**GOAL OF THE EXERCISE:** Give back exactly the lines of the entries below from the line with "circle A0 centre (0, 0) radius 23" to the line with "FreeCAD Python script", inclusive, and only those.

--- SOURCE DATA Enclosed Below ---

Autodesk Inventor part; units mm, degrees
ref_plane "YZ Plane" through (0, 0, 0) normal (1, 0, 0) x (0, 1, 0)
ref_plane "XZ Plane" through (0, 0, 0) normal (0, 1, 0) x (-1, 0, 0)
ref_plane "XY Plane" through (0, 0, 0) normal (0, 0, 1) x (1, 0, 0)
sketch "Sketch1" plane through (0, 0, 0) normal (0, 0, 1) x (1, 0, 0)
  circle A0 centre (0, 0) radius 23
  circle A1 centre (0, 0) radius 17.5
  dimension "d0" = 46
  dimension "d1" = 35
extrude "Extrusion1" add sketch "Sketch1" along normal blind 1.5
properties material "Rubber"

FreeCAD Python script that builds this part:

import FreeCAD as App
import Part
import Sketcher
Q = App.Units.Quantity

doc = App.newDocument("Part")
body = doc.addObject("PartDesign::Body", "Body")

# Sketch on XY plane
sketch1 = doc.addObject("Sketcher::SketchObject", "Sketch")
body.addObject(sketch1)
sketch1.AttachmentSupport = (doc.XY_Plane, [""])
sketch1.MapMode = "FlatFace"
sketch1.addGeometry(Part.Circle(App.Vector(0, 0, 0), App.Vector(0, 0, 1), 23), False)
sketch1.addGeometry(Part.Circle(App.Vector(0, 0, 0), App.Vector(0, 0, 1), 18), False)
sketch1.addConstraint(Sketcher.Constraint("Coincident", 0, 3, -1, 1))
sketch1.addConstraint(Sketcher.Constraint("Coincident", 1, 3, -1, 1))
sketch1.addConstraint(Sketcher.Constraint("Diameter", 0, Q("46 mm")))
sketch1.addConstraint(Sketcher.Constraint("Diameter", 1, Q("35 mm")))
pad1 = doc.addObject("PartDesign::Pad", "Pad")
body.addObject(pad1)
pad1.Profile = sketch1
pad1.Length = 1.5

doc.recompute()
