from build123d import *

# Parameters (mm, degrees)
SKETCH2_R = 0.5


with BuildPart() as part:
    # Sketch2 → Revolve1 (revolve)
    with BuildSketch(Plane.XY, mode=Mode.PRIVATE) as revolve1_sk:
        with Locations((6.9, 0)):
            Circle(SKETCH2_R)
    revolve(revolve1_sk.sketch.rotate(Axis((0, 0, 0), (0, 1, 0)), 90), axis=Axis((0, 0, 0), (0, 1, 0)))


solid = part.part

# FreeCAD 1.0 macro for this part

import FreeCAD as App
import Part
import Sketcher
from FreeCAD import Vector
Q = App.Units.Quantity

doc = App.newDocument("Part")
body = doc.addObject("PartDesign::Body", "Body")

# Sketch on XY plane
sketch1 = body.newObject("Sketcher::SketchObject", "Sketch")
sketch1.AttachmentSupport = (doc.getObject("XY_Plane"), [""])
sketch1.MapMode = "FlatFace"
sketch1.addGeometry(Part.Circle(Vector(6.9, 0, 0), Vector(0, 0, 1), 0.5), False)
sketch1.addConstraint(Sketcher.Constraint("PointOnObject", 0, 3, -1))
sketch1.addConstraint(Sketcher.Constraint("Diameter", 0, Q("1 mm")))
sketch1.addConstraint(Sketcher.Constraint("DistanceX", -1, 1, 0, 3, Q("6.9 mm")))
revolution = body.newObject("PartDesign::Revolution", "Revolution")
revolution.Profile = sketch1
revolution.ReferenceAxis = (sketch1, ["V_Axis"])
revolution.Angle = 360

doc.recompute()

--- End of Enclosed SOURCE DATA ---

**EXERCISE ANSWER:**
  circle A0 centre (0, 0) radius 23
  circle A1 centre (0, 0) radius 17.5
  dimension "d0" = 46
  dimension "d1" = 35
extrude "Extrusion1" add sketch "Sketch1" along normal blind 1.5
properties material "Rubber"

FreeCAD Python script that builds this part:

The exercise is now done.